- Directed by Ara Paiaya
- May 2, 2017
A Special Forces veteran seeks revenge when a drug war hits home.
Originally I came into Instant Death (retitled ‘Rage’) very excited while understanding this was not going to be a high dollar production. Some understanding would be needed. I am good with cheap so long as those behind it are putting a sincere effort forward.
This film stars Lou Ferrigno-the man who played the Incredible Hulk reportedly because a then unknown Schwarzenegger was too small. I am old enough to remember the live action Incredible Hulk series and I have a soft spot for Ferrigno so that is the main reason I picked this up. If it had been anybody else maybe not. I will say the man is in fantastic shape for his age, but he is definitely no action hero. For example his attempt at a steely look has all the intimidation of a man constipated.
But the issues with this film go deeper than his inability to get his character to come off as tough. Much deeper. The story of Instant Death kind of meanders along. The direction is poor making the film is slow and stiff. And the dialogue is clunky to the point of feeling adlibbed. And continuity within a scene might not actually occur.

Ferrigno stars as Special Forces veteran John Bradley whose daughter gets caught up in some kind of drug war in this supposed thriller. And I use the term “thriller” loosely. Thrills are not Instant Death’s strong point. Did the director Ara Paiaya actually direct or did he just film some random shit and hope to get a story out of it by slapping clips together? This movie appears to begin in the US but abruptly jumps across the ocean.

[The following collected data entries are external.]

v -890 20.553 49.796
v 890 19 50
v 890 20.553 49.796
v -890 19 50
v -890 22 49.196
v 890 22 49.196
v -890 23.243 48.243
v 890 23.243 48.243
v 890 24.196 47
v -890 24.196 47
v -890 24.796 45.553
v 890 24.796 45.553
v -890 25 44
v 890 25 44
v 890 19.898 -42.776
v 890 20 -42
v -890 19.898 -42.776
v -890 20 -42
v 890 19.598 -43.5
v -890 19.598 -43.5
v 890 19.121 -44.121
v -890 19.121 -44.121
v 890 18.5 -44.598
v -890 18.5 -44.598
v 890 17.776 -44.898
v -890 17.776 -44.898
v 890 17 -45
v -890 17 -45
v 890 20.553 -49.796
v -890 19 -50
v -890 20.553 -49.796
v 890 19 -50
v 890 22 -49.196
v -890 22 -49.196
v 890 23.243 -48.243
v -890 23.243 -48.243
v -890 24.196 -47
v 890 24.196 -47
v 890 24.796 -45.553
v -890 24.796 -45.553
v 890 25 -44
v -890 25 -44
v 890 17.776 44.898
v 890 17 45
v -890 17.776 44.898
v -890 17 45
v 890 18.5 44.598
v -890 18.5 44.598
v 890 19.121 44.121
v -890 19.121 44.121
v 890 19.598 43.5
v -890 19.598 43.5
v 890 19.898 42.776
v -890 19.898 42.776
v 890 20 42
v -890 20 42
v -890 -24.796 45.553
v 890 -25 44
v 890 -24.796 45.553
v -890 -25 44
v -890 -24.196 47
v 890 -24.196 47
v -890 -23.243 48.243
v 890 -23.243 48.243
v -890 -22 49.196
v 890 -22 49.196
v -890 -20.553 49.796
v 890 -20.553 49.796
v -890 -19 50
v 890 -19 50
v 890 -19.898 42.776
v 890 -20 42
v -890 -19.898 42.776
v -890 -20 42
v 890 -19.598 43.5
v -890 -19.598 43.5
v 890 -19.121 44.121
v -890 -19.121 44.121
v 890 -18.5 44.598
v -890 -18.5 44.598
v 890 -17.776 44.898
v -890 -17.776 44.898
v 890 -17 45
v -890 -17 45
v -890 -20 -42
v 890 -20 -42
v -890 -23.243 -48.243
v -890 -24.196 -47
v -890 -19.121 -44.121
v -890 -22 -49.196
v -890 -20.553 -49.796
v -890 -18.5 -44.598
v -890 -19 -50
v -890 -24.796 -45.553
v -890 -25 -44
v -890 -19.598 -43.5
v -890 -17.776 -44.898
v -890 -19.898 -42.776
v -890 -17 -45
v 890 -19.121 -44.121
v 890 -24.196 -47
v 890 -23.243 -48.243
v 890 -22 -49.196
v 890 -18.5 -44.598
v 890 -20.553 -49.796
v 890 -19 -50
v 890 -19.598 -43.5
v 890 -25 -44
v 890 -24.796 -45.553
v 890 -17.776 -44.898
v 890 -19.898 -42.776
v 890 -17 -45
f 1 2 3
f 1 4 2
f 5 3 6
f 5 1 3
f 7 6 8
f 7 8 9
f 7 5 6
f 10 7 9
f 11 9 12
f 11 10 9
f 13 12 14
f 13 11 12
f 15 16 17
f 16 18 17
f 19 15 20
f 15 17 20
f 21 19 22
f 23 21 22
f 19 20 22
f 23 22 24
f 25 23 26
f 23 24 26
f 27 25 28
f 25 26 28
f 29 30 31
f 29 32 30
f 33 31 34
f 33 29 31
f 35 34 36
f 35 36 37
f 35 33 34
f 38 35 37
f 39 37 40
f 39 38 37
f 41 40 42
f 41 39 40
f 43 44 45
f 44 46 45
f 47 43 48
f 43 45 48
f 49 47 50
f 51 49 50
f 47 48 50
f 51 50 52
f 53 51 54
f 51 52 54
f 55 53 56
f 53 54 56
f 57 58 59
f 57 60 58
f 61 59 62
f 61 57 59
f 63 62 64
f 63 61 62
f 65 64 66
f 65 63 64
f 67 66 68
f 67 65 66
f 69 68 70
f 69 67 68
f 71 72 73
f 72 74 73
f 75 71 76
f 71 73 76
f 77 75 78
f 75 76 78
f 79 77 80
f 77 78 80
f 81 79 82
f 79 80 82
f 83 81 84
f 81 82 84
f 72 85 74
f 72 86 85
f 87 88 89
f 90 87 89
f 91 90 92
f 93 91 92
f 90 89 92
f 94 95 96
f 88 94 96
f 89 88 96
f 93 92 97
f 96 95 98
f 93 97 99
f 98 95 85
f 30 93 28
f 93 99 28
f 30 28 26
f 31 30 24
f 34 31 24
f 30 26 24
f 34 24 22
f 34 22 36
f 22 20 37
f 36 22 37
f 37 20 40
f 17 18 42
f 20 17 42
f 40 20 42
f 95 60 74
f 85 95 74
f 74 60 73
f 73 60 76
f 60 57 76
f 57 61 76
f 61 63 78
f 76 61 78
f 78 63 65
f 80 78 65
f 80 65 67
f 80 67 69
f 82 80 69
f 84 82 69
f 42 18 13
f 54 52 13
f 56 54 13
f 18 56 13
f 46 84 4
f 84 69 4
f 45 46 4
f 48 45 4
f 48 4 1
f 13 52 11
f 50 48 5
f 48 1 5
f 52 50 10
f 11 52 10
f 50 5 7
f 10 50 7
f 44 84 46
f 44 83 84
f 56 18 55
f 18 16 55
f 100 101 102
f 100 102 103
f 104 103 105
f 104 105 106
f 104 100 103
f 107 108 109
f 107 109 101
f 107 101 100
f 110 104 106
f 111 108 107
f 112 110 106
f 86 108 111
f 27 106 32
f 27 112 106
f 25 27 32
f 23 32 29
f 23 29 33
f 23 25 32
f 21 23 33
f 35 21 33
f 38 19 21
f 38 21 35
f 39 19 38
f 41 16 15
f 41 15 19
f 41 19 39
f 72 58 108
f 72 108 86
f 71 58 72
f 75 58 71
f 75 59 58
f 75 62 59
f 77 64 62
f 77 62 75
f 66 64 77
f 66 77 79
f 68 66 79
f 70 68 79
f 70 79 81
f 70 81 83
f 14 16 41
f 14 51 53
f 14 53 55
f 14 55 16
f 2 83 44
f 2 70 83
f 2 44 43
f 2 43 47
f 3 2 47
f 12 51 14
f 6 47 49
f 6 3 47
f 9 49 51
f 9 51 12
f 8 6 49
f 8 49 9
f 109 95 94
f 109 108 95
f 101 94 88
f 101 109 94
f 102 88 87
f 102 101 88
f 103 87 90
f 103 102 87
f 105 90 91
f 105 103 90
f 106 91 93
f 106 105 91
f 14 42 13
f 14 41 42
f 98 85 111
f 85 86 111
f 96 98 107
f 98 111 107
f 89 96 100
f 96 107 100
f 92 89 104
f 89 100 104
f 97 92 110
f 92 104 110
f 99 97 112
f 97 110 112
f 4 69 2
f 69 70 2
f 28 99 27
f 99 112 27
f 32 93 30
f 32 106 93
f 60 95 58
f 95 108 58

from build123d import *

# Parameters (mm, degrees)
F0_W     = 50
F0_H     = 100
F0_W_2   = 40.000004
F0_H_2   = 90.000004
F1_DEPTH = 890
F2_R     = 3
F3_R     = 6


with BuildPart() as f1:
    # F0 (on Right) → F1 (new body, symmetric)
    with BuildSketch(Plane.YZ):
        Rectangle(F0_W, F0_H)
        Rectangle(F0_W_2, F0_H_2, mode=Mode.SUBTRACT)
    extrude(amount=F1_DEPTH, both=True)

    # F2
    f2_edges = [f1.edges().sort_by_distance(p)[0] for p in [
        (0, 20.000002, 45.000002),
        (0, 20.000002, -45.000002),
        (0, -20.000002, -45.000002),
        (0, -20.000002, 45.000002),
    ]]
    fillet(f2_edges, radius=F2_R)

    # F3
    f3_edges = [f1.edges().sort_by_distance(p)[0] for p in [
        (0, 25, -50),
        (0, 25, 50),
        (0, -25, 50),
        (0, -25, -50),
    ]]
    fillet(f3_edges, radius=F3_R)


solid = f1.part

Instant Death was slow and disjointed. And our hero kind of stumbles into the whole situation and lumbers through a few incidental villains to the chief bad guy. Lou Ferrigno really showed his age here as John Bradley. This is an action movie, but his moves are insanely slow for the genre. He is supposed to be this unstable Special Forces guy that is better than the best, but he moves like he has arthritis and does not know who to attack.
And how exactly is this American Special Forces vet connected to the equally geriatric British Special Forces Col. Neal (Michael James MacMahon)? While they are both a type of Special Forces, neither one served in the same military. Neal’s only purpose is to spout ominous lines about how dangerous John is and wear cheap looking uniforms that poorly fit. They raided a costume shop for this and did not even bother to iron their purchase.

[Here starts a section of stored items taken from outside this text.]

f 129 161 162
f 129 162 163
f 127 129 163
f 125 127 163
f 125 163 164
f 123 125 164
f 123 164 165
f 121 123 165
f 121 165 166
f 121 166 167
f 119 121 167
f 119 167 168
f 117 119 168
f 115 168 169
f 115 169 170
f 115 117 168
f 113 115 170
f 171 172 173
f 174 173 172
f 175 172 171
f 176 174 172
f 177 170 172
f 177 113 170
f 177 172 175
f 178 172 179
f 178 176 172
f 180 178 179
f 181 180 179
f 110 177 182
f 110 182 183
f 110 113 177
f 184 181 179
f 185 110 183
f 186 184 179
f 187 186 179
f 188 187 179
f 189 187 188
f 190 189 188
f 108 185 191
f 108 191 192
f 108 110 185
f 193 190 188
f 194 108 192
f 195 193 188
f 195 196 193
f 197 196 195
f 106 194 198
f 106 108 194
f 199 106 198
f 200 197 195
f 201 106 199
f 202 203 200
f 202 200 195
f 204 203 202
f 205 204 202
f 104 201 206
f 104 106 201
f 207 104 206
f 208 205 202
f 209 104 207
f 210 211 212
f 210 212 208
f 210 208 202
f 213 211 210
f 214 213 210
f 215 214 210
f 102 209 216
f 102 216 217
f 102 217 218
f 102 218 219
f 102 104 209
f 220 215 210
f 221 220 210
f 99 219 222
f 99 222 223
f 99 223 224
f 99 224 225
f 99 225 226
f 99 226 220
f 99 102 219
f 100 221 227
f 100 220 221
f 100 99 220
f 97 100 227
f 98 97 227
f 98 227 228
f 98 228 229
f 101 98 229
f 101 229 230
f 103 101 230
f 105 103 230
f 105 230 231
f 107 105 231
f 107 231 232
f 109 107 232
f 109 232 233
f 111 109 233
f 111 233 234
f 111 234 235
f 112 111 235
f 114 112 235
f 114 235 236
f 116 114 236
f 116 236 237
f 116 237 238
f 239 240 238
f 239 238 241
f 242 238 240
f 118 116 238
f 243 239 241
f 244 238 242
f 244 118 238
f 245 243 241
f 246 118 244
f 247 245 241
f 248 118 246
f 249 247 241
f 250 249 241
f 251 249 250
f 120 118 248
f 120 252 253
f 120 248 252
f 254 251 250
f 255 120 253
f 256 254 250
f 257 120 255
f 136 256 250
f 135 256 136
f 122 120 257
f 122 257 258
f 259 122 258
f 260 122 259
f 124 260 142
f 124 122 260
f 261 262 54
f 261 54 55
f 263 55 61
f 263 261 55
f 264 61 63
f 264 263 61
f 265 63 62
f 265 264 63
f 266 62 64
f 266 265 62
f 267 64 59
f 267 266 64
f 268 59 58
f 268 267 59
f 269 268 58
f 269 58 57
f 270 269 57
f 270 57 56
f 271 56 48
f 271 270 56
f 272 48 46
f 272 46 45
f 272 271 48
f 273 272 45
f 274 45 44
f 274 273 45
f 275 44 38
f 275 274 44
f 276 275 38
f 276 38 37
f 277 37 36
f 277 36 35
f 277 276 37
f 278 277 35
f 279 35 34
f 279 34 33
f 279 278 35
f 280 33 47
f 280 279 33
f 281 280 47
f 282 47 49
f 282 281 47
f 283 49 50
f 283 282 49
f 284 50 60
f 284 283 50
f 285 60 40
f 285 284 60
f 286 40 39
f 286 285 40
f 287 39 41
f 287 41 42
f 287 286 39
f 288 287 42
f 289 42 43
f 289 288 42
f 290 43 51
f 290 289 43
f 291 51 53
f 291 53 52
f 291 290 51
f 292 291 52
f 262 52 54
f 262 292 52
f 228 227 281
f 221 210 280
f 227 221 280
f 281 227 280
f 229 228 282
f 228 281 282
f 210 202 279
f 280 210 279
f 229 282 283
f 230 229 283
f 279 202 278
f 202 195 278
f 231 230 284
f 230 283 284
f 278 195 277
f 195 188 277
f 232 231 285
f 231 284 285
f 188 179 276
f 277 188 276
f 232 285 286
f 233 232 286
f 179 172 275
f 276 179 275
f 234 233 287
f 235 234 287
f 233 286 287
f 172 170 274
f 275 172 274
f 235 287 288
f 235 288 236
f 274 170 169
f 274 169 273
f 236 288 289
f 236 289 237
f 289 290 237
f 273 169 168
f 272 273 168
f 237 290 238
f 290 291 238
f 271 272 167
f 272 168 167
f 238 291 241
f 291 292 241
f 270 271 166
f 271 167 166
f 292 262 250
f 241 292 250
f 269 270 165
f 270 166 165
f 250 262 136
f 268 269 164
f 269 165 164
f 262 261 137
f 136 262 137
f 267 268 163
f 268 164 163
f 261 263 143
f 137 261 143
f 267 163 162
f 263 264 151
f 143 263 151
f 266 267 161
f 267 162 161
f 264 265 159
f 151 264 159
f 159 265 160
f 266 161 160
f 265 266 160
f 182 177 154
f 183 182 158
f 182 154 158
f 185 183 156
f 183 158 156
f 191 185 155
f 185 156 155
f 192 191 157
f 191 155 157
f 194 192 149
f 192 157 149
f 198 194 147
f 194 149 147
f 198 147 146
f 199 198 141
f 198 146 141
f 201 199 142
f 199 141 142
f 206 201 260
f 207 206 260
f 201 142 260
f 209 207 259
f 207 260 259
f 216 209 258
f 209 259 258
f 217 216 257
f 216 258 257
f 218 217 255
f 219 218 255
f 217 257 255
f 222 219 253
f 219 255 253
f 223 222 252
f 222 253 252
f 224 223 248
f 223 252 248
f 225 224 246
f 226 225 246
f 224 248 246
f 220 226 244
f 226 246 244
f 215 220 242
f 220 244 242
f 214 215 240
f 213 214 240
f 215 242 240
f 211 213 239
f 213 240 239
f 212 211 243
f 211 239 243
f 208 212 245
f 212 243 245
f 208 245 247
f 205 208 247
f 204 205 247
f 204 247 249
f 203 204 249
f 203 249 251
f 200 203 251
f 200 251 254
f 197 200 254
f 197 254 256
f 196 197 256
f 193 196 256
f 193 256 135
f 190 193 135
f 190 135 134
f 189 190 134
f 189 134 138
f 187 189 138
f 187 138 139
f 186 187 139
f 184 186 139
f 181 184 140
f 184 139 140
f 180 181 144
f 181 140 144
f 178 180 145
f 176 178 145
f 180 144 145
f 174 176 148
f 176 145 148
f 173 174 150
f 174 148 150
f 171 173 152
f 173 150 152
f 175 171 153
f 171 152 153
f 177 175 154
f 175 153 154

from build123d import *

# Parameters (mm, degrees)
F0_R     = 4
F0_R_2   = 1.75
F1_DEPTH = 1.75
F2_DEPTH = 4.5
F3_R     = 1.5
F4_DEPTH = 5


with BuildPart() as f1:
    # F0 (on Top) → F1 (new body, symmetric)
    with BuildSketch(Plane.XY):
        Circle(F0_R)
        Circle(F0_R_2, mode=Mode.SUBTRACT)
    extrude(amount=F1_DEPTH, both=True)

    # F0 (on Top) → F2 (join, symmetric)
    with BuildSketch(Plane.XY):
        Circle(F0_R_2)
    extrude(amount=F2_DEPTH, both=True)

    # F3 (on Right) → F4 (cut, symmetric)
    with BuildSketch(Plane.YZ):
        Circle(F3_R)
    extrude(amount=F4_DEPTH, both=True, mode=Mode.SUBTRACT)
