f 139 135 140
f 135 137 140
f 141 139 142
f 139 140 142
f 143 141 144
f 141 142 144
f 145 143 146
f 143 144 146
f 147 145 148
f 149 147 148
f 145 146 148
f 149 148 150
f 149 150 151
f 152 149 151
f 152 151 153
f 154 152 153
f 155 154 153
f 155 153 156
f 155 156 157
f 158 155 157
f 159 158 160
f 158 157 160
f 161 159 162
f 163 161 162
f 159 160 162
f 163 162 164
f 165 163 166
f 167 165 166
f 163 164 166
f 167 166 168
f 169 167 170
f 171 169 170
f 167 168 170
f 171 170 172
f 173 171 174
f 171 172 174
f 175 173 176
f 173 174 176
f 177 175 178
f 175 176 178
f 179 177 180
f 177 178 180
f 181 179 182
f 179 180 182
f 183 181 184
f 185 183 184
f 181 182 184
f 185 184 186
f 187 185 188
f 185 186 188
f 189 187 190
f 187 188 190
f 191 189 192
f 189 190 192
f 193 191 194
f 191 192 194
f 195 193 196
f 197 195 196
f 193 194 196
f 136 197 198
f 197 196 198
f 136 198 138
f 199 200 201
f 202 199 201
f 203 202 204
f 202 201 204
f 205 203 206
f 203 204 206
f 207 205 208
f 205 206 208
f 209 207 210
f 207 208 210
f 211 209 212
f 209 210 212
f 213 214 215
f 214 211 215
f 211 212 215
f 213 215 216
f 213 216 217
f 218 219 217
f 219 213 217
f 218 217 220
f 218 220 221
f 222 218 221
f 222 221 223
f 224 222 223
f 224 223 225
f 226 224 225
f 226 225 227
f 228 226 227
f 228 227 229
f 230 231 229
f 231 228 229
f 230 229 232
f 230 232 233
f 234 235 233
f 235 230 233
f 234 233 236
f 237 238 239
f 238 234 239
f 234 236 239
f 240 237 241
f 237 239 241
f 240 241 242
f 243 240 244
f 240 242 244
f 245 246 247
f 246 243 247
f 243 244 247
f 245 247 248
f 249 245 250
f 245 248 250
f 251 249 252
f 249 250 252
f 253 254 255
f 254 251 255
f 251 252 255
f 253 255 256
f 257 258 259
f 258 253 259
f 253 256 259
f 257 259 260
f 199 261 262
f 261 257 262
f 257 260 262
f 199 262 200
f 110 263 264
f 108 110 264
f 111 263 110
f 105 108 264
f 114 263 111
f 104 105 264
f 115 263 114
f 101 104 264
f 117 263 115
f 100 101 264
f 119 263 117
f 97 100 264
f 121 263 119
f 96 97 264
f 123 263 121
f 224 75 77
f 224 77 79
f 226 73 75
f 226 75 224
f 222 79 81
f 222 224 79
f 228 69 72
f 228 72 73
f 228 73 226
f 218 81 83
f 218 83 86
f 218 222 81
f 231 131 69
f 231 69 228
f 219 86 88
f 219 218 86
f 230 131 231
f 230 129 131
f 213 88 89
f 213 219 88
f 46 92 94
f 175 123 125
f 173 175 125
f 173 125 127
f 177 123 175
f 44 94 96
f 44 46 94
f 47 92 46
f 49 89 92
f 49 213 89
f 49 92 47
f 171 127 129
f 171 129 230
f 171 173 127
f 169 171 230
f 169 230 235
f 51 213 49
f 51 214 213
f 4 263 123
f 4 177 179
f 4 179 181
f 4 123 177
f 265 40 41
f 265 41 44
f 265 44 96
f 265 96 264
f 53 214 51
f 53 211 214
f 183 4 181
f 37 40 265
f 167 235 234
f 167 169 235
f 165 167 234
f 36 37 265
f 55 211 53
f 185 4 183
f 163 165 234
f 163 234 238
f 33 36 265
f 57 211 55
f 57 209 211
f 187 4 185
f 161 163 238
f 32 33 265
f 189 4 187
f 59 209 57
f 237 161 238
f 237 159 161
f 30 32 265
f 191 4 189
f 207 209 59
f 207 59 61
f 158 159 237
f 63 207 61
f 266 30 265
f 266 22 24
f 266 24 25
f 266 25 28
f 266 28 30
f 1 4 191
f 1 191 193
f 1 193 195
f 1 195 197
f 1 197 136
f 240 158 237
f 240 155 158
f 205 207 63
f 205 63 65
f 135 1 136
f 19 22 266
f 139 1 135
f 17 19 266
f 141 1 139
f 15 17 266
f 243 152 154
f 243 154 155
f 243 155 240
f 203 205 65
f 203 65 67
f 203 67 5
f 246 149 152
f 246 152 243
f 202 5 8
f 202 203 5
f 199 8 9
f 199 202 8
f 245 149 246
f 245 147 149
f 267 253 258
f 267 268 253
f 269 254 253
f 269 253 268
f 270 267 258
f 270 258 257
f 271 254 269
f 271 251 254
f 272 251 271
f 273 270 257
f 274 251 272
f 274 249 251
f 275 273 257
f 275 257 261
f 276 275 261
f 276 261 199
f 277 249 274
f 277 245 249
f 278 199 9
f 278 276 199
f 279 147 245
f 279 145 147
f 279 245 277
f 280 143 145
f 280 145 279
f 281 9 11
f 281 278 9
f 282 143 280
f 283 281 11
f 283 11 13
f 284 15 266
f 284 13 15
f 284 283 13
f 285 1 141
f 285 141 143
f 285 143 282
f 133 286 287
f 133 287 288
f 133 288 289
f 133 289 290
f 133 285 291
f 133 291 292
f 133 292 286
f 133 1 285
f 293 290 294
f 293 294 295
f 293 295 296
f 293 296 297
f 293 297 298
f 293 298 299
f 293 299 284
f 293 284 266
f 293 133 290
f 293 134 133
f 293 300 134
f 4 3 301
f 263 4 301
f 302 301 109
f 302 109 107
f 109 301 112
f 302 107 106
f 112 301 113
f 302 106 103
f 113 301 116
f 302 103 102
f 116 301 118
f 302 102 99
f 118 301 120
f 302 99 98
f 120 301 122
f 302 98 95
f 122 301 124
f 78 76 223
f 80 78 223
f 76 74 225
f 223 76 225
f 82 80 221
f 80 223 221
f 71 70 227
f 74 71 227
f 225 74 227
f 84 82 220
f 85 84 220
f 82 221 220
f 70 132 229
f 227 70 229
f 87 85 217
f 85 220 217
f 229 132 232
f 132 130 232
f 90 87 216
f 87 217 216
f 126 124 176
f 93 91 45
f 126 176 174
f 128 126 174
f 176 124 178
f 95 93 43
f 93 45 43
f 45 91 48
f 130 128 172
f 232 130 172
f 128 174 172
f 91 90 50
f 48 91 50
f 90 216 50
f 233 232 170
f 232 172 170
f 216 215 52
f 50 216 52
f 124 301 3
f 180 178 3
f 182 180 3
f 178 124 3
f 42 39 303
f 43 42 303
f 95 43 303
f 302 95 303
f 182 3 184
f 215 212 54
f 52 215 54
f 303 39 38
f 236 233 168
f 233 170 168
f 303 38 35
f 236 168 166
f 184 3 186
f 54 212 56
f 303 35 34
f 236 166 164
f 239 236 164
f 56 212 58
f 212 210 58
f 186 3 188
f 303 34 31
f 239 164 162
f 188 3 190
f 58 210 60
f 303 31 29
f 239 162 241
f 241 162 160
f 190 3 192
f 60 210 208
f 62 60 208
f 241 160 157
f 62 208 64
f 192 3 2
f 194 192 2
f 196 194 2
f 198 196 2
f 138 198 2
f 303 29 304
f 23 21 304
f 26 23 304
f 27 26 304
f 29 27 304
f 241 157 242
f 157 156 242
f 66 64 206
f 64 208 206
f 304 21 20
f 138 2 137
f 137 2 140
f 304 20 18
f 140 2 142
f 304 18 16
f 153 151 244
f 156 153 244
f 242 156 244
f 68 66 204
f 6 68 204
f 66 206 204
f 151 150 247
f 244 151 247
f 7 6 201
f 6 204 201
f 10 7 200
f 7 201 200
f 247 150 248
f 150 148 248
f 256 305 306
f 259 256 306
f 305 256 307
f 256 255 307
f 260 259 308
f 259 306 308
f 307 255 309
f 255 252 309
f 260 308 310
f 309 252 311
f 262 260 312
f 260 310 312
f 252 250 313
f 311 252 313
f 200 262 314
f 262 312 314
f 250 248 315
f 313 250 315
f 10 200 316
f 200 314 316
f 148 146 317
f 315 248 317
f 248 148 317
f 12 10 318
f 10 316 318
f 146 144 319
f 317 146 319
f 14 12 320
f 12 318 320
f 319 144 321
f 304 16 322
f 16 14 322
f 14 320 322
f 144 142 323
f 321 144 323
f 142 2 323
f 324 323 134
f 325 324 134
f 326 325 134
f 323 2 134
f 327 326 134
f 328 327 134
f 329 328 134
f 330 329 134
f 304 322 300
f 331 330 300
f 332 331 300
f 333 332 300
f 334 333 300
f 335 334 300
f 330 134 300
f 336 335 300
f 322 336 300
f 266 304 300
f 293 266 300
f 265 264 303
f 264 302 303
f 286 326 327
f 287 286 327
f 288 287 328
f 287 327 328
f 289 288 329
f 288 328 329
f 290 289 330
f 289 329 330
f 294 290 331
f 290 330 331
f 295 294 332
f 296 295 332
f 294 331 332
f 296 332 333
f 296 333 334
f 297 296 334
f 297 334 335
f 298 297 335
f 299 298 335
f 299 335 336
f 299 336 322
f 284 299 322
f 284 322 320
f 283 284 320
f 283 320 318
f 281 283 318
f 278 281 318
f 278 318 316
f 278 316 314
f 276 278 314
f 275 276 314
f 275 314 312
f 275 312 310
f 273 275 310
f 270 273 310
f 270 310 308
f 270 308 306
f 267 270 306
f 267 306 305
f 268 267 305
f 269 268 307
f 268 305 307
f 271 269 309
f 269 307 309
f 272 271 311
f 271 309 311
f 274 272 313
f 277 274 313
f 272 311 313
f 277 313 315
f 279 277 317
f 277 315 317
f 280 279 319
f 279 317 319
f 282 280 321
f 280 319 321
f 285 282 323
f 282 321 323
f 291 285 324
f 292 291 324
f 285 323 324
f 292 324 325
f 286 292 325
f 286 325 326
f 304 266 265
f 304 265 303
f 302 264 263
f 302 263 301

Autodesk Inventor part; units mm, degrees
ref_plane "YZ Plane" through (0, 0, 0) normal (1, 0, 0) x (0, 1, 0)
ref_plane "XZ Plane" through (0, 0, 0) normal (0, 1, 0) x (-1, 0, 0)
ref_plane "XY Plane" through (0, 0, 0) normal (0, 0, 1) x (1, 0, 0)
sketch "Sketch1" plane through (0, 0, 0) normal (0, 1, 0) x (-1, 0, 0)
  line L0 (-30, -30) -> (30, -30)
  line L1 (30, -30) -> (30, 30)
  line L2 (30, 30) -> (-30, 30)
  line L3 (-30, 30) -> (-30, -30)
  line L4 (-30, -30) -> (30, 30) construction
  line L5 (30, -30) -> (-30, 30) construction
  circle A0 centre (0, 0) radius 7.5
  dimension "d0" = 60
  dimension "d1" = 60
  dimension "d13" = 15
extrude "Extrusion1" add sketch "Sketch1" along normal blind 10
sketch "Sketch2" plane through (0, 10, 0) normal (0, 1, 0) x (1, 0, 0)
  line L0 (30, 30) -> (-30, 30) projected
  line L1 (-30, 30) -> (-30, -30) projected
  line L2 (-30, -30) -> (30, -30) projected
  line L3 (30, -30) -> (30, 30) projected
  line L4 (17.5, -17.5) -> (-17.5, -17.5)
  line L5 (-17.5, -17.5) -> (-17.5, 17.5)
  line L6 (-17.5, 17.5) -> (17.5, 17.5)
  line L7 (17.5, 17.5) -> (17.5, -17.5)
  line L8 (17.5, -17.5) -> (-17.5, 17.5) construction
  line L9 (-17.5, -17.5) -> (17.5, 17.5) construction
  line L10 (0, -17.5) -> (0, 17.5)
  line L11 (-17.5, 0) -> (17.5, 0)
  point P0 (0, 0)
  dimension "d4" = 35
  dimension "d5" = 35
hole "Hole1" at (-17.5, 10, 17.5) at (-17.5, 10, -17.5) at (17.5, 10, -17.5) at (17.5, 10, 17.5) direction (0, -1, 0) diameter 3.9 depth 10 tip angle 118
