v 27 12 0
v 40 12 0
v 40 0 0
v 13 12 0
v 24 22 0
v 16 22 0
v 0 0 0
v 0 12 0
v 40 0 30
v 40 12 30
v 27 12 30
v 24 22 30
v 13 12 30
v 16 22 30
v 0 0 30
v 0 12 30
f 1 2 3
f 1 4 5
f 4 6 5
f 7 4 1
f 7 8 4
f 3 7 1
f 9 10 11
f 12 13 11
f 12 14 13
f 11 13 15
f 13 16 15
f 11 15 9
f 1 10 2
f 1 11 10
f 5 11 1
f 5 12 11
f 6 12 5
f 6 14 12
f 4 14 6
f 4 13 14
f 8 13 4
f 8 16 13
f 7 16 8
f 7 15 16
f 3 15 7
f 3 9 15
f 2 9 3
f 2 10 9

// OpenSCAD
$fn = 32;

// ----------------------------------------------------------------------
// V guide rail: dovetail, 40 mm wide
// ----------------------------------------------------------------------

// --- parameters (mm) ---
rail_w = 40;              // rail width, X
base_t = 12;              // base plate thickness
v_depth = 10;             // V feature depth / height
v_half_w = 7;             // half width of the V at the base face
plate_t = 30;             // rail length, Z (the extrusion height)
top_half_w = 4;           // half width at the dovetail top
fit_tol = 0.05;           // declared fit tolerance (prompt contract)
free_tol = 0.2;           // declared free tolerance (prompt contract)

dovetail_base = 2 * v_half_w;  // dovetail width at the base
dovetail_top = 2 * top_half_w;  // dovetail width at the top

profile = [[0, 0], [40, 0], [40, 12], [27, 12], [24, 22], [16, 22], [13, 12], [0, 12]];  // primary outline, 8 points, counter clockwise

// --- the one profile operation ---
linear_extrude(height = plate_t) polygon(points = profile);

And that granddaughter was such an incidental character. I do not think they even used her name. I am completely drawing a blank on it. She shows up for one scene to establish her existence and then in another scene you get to watch when she is killed by the villain. And the villain’s name? Bonus points if you can recall it from memory. How can you make a movie that is so forgettable?
Her mother Jane (Tania Staite), John’s daughter, is done a little better and her name even gets used a few times. She is apparently a single mom living somewhere in the UK. It is supposed to be London, but this could be any old apartment building anywhere really. This movie is so cheap that stock footage for establishing purposes was outside the budget.
I find this reminiscent of the recent Bruce Willis formula of filmmaking. What am I talking about? In a Bruce Willis movie they film the bulk of the movie with the no name actors and then film the necessary footage with Willis separate from everything else. There might be some shots for continuity purposes using a body double, but the marquee name rarely interacts with the rest of the cast.
Characterization is awful in this film. And that is being extremely kind. There is no emotional connection between John and Jane or John and the granddaughter or even the deceased mother and daughter. Nobody comes off as having any real emotional connection. People on a bus have a stronger bond than anybody in this movie. My bond with the self-checkout at the store was more significant than anything a character had with another here.
I was also left with the feeling that at least in the beginning of the film there was some type of connection between the villain and Bradley. I am not sure why, but I was left with that impression. The dialogue seemed to indicate it but it never came to fruition. Did the connection get left on the cutting room floor or was the script that poorly written and edited that either a plot point was poorly communicated or not thoroughly edited out?
John Bradley is unstable and a well-trained killer who worked for the government in some vague capacity killing people. The talk implies it was for the US Army but what occurs in the movie implies it was for the British government. I think they took a page from the director of Virtuosity and were winging it here. I am talking the whole movie.
Instant Death is not good. Words cannot explain just how much of a turd it is. Avoid this!